Start of SOURCE RECORDS
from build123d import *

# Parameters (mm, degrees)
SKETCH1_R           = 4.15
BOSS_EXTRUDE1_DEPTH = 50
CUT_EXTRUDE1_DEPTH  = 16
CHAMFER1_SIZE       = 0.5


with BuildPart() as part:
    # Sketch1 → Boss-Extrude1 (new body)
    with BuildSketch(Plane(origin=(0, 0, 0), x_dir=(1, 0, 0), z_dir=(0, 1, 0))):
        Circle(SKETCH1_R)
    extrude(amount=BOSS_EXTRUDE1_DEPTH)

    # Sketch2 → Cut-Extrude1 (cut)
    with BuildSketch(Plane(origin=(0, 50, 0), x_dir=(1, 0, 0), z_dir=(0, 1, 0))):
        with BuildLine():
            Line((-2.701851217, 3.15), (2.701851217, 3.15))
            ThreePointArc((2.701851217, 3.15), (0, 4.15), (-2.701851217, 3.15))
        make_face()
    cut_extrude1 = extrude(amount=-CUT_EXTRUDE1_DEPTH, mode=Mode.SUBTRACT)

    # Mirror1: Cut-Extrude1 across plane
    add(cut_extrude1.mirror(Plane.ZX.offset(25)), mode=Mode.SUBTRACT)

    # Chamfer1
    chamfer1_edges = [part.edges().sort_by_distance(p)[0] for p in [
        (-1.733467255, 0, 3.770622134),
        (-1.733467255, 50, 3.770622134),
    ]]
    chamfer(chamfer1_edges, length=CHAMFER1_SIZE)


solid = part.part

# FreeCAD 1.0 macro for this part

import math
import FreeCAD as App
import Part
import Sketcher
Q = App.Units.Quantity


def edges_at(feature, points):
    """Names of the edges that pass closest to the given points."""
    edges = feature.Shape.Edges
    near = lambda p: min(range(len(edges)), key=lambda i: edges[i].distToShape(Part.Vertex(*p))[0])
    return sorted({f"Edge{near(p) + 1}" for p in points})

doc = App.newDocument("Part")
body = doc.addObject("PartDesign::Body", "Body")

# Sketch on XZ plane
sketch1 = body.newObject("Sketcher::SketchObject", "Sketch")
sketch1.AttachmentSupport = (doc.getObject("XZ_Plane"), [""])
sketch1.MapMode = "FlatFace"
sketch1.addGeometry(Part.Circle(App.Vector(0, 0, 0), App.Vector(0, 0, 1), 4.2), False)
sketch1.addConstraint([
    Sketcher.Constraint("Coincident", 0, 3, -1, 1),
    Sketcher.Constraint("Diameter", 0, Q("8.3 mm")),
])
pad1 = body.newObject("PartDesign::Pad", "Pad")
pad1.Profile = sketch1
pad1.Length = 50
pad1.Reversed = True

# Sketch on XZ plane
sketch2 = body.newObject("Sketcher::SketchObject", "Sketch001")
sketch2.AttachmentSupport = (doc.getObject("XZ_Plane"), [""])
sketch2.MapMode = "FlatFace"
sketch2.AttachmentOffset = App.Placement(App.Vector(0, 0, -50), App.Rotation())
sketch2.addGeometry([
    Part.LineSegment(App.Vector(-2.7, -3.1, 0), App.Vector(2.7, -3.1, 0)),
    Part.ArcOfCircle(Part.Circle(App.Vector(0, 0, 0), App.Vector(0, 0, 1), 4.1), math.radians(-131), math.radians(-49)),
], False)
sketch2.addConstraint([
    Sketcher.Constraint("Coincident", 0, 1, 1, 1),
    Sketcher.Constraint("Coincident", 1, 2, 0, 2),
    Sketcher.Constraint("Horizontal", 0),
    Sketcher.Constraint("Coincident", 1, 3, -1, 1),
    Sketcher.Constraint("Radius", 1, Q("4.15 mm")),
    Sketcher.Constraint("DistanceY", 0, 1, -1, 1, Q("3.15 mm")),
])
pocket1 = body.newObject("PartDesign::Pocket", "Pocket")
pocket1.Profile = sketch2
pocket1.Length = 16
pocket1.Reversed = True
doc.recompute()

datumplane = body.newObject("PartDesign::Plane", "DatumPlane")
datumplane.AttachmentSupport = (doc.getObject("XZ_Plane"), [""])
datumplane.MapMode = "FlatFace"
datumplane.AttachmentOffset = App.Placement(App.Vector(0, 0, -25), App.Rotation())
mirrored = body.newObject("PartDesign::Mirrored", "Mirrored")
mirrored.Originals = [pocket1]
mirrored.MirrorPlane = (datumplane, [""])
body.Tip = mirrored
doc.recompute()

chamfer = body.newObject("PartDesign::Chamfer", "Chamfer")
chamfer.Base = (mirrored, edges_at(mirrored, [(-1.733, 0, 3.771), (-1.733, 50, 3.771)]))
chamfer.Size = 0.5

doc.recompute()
End of SOURCE RECORDS
- **YOUR OBJECTIVE**
All the lines above must be output exactly, with none omitted.

- **EXERCISE RESPONSE**
from build123d import *

# Parameters (mm, degrees)
SKETCH1_R           = 4.15
BOSS_EXTRUDE1_DEPTH = 50
CUT_EXTRUDE1_DEPTH  = 16
CHAMFER1_SIZE       = 0.5


with BuildPart() as part:
    # Sketch1 → Boss-Extrude1 (new body)
    with BuildSketch(Plane(origin=(0, 0, 0), x_dir=(1, 0, 0), z_dir=(0, 1, 0))):
        Circle(SKETCH1_R)
    extrude(amount=BOSS_EXTRUDE1_DEPTH)

    # Sketch2 → Cut-Extrude1 (cut)
    with BuildSketch(Plane(origin=(0, 50, 0), x_dir=(1, 0, 0), z_dir=(0, 1, 0))):
        with BuildLine():
            Line((-2.701851217, 3.15), (2.701851217, 3.15))
            ThreePointArc((2.701851217, 3.15), (0, 4.15), (-2.701851217, 3.15))
        make_face()
    cut_extrude1 = extrude(amount=-CUT_EXTRUDE1_DEPTH, mode=Mode.SUBTRACT)

    # Mirror1: Cut-Extrude1 across plane
    add(cut_extrude1.mirror(Plane.ZX.offset(25)), mode=Mode.SUBTRACT)

    # Chamfer1
    chamfer1_edges = [part.edges().sort_by_distance(p)[0] for p in [
        (-1.733467255, 0, 3.770622134),
        (-1.733467255, 50, 3.770622134),
    ]]
    chamfer(chamfer1_edges, length=CHAMFER1_SIZE)


solid = part.part

# FreeCAD 1.0 macro for this part

import math
import FreeCAD as App
import Part
import Sketcher
Q = App.Units.Quantity


def edges_at(feature, points):
    """Names of the edges that pass closest to the given points."""
    edges = feature.Shape.Edges
    near = lambda p: min(range(len(edges)), key=lambda i: edges[i].distToShape(Part.Vertex(*p))[0])
    return sorted({f"Edge{near(p) + 1}" for p in points})

doc = App.newDocument("Part")
body = doc.addObject("PartDesign::Body", "Body")

# Sketch on XZ plane
sketch1 = body.newObject("Sketcher::SketchObject", "Sketch")
sketch1.AttachmentSupport = (doc.getObject("XZ_Plane"), [""])
sketch1.MapMode = "FlatFace"
sketch1.addGeometry(Part.Circle(App.Vector(0, 0, 0), App.Vector(0, 0, 1), 4.2), False)
sketch1.addConstraint([
    Sketcher.Constraint("Coincident", 0, 3, -1, 1),
    Sketcher.Constraint("Diameter", 0, Q("8.3 mm")),
])
pad1 = body.newObject("PartDesign::Pad", "Pad")
pad1.Profile = sketch1
pad1.Length = 50
pad1.Reversed = True

# Sketch on XZ plane
sketch2 = body.newObject("Sketcher::SketchObject", "Sketch001")
sketch2.AttachmentSupport = (doc.getObject("XZ_Plane"), [""])
sketch2.MapMode = "FlatFace"
sketch2.AttachmentOffset = App.Placement(App.Vector(0, 0, -50), App.Rotation())
sketch2.addGeometry([
    Part.LineSegment(App.Vector(-2.7, -3.1, 0), App.Vector(2.7, -3.1, 0)),
    Part.ArcOfCircle(Part.Circle(App.Vector(0, 0, 0), App.Vector(0, 0, 1), 4.1), math.radians(-131), math.radians(-49)),
], False)
sketch2.addConstraint([
    Sketcher.Constraint("Coincident", 0, 1, 1, 1),
    Sketcher.Constraint("Coincident", 1, 2, 0, 2),
    Sketcher.Constraint("Horizontal", 0),
    Sketcher.Constraint("Coincident", 1, 3, -1, 1),
    Sketcher.Constraint("Radius", 1, Q("4.15 mm")),
    Sketcher.Constraint("DistanceY", 0, 1, -1, 1, Q("3.15 mm")),
])
pocket1 = body.newObject("PartDesign::Pocket", "Pocket")
pocket1.Profile = sketch2
pocket1.Length = 16
pocket1.Reversed = True
doc.recompute()

datumplane = body.newObject("PartDesign::Plane", "DatumPlane")
datumplane.AttachmentSupport = (doc.getObject("XZ_Plane"), [""])
datumplane.MapMode = "FlatFace"
datumplane.AttachmentOffset = App.Placement(App.Vector(0, 0, -25), App.Rotation())
mirrored = body.newObject("PartDesign::Mirrored", "Mirrored")
mirrored.Originals = [pocket1]
mirrored.MirrorPlane = (datumplane, [""])
body.Tip = mirrored
doc.recompute()

chamfer = body.newObject("PartDesign::Chamfer", "Chamfer")
chamfer.Base = (mirrored, edges_at(mirrored, [(-1.733, 0, 3.771), (-1.733, 50, 3.771)]))
chamfer.Size = 0.5

doc.recompute()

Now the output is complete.